WHAT TO PRODUCE: The stretch from the line with "F1_DEPTH = 40" through the line with "Line((-3, 43), (1.2426406871, 43))" in the records below: write it out exactly, and nothing else.

--- START ---

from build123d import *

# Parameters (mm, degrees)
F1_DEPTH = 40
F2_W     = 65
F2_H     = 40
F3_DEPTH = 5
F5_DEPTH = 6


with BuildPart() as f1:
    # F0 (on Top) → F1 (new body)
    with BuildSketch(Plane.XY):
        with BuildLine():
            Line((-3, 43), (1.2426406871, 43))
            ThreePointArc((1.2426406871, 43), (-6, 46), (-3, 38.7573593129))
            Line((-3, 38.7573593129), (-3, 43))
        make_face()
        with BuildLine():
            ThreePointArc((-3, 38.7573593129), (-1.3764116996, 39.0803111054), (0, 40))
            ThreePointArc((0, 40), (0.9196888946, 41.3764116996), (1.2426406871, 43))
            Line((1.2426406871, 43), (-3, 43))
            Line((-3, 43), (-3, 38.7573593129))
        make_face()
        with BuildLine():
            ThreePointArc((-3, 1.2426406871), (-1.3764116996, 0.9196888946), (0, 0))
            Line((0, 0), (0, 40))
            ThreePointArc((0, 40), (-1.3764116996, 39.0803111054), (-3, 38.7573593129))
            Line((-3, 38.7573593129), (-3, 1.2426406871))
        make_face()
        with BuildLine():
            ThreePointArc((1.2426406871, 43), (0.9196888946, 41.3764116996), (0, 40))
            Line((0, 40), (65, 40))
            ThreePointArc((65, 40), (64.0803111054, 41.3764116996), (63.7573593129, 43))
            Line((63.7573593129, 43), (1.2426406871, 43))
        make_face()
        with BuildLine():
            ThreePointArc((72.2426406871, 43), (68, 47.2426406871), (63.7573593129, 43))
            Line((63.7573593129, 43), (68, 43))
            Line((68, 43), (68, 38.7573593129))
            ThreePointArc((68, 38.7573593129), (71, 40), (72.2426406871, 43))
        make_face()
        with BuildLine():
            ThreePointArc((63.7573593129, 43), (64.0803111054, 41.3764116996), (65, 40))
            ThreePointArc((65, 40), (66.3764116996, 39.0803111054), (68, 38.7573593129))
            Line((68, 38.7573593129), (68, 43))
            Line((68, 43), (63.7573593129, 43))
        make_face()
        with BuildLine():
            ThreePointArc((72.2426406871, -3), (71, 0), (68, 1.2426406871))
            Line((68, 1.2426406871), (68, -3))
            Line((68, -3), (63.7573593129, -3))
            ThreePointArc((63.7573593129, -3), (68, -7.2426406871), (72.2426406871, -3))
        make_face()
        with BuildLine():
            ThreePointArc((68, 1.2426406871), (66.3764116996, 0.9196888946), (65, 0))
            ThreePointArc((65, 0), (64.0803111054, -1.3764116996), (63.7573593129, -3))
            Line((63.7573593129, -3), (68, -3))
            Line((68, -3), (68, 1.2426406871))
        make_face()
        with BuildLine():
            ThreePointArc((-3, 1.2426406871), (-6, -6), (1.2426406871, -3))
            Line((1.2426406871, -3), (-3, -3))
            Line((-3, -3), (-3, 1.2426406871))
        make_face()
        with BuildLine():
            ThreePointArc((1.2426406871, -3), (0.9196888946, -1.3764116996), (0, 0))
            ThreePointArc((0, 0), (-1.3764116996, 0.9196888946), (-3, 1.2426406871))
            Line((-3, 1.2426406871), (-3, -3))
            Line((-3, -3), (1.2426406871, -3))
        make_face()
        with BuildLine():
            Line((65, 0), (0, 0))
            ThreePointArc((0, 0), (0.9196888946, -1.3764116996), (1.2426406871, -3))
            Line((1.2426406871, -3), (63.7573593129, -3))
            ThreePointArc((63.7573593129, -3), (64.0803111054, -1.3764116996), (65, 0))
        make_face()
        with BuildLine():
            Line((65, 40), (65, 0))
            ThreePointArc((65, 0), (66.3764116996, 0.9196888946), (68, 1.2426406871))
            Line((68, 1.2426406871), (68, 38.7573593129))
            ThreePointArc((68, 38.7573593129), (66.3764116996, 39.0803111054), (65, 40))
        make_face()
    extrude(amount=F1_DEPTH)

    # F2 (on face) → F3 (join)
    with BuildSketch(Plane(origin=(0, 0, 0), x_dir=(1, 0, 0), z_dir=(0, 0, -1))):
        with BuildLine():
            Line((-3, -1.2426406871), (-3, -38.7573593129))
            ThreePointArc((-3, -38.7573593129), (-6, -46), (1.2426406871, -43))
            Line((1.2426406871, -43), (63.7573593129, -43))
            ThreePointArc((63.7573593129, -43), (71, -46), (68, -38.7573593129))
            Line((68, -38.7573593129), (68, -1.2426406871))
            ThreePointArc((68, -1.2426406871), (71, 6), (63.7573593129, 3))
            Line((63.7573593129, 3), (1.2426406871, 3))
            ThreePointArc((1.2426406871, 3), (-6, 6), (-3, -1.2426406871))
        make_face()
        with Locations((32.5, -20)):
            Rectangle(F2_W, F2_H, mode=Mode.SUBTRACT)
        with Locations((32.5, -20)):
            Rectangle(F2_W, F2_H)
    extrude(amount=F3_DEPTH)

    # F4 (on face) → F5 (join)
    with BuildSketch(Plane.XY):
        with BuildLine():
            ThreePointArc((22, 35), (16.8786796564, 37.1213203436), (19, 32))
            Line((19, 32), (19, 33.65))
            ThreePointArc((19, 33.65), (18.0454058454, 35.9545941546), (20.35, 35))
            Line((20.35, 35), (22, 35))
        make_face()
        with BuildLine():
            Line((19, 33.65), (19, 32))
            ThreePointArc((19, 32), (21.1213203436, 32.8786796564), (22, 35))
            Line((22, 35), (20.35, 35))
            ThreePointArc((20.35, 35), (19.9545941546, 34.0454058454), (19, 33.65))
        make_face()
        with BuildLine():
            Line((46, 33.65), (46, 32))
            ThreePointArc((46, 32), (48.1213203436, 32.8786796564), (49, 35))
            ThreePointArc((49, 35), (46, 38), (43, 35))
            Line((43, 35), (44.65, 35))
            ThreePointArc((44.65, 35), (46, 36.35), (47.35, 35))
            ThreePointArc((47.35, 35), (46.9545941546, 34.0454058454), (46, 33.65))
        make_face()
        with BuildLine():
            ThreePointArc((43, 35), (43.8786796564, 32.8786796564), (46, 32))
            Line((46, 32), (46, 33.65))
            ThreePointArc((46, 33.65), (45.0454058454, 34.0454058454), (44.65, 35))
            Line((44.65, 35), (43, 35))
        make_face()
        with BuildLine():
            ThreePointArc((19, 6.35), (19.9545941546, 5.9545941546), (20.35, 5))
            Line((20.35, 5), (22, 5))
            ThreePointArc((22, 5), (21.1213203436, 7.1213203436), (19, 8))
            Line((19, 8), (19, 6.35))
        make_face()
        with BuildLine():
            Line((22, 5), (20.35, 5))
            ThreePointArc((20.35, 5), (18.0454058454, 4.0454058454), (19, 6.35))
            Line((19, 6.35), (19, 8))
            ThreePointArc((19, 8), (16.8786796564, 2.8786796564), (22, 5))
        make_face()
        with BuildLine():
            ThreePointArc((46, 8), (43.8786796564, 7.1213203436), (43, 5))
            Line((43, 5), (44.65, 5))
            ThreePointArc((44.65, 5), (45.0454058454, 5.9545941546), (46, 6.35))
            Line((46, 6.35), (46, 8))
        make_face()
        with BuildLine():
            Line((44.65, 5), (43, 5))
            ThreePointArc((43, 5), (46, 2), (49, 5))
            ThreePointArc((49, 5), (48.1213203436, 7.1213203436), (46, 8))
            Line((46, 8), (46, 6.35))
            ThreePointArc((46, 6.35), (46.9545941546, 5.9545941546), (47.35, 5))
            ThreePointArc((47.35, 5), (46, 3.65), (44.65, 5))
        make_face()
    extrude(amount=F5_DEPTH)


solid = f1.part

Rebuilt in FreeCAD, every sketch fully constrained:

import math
import FreeCAD as App
import Part
import Sketcher

doc = App.newDocument("Part")
params = doc.addObject("Spreadsheet::Sheet", "Params")
for row, (alias, value) in enumerate([
    ("sketch1_width", "65 mm"),
    ("sketch1_height", "40 mm"),
    ("pad1_length", "40 mm"),
    ("pad2_length", "5 mm"),
    ("sketch3_radius", "3 mm"),
    ("sketch3_radius2", "1.35 mm"),
    ("pad3_length", "6 mm"),
], start=1):
    params.set(f"A{row}", alias)
    params.set(f"B{row}", "=" + value)
    params.setAlias(f"B{row}", alias)

body = doc.addObject("PartDesign::Body", "Body")

# Sketch on XY plane
sketch1 = body.newObject("Sketcher::SketchObject", "Sketch")
sketch1.AttachmentSupport = (doc.getObject("XY_Plane"), [""])
sketch1.MapMode = "FlatFace"
sketch1.addGeometry(Part.ArcOfCircle(Part.Circle(App.Vector(-3, 43, 0), App.Vector(0, 0, 1), 4.2), math.radians(0), math.radians(270)), False)
sketch1.addGeometry(Part.LineSegment(App.Vector(-3, 38.8, 0), App.Vector(-3, 1.2, 0)), False)
sketch1.addGeometry(Part.ArcOfCircle(Part.Circle(App.Vector(-3, -3, 0), App.Vector(0, 0, 1), 4.2), math.radians(90), math.radians(360)), False)
sketch1.addGeometry(Part.LineSegment(App.Vector(1.2, -3, 0), App.Vector(63.8, -3, 0)), False)
sketch1.addGeometry(Part.ArcOfCircle(Part.Circle(App.Vector(68, -3, 0), App.Vector(0, 0, 1), 4.2), math.radians(180), math.radians(360)), False)
sketch1.addGeometry(Part.ArcOfCircle(Part.Circle(App.Vector(68, -3, 0), App.Vector(0, 0, 1), 4.2), math.radians(0), math.radians(90)), False)
sketch1.addGeometry(Part.LineSegment(App.Vector(68, 1.2, 0), App.Vector(68, 38.8, 0)), False)
sketch1.addGeometry(Part.ArcOfCircle(Part.Circle(App.Vector(68, 43, 0), App.Vector(0, 0, 1), 4.2), math.radians(-90), math.radians(0)), False)
sketch1.addGeometry(Part.ArcOfCircle(Part.Circle(App.Vector(68, 43, 0), App.Vector(0, 0, 1), 4.2), math.radians(0), math.radians(180)), False)
sketch1.addGeometry(Part.LineSegment(App.Vector(63.8, 43, 0), App.Vector(1.2, 43, 0)), False)
sketch1.addGeometry(Part.LineSegment(App.Vector(65, 0, 0), App.Vector(0, 0, 0)), False)
sketch1.addGeometry(Part.LineSegment(App.Vector(0, 0, 0), App.Vector(0, 40, 0)), False)
sketch1.addGeometry(Part.LineSegment(App.Vector(0, 40, 0), App.Vector(65, 40, 0)), False)
sketch1.addGeometry(Part.LineSegment(App.Vector(65, 40, 0), App.Vector(65, 0, 0)), False)
sketch1.addConstraint(Sketcher.Constraint("Coincident", 0, 2, 1, 1))
sketch1.addConstraint(Sketcher.Constraint("Coincident", 1, 2, 2, 1))
sketch1.addConstraint(Sketcher.Constraint("Coincident", 2, 2, 3, 1))
sketch1.addConstraint(Sketcher.Constraint("Coincident", 3, 2, 4, 1))
sketch1.addConstraint(Sketcher.Constraint("Tangent", 4, 2, 5, 1))
sketch1.addConstraint(Sketcher.Constraint("Coincident", 5, 2, 6, 1))
sketch1.addConstraint(Sketcher.Constraint("Coincident", 6, 2, 7, 1))
sketch1.addConstraint(Sketcher.Constraint("Tangent", 7, 2, 8, 1))
sketch1.addConstraint(Sketcher.Constraint("Coincident", 8, 2, 9, 1))
sketch1.addConstraint(Sketcher.Constraint("Coincident", 9, 2, 0, 1))
sketch1.addConstraint(Sketcher.Constraint("Coincident", 10, 2, 11, 1))
sketch1.addConstraint(Sketcher.Constraint("Coincident", 11, 2, 12, 1))
sketch1.addConstraint(Sketcher.Constraint("Coincident", 12, 2, 13, 1))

--- END ---

RESULT OF THIS EXERCISE:
F1_DEPTH = 40
F2_W     = 65
F2_H     = 40
F3_DEPTH = 5
F5_DEPTH = 6


with BuildPart() as f1:
    # F0 (on Top) → F1 (new body)
    with BuildSketch(Plane.XY):
        with BuildLine():
            Line((-3, 43), (1.2426406871, 43))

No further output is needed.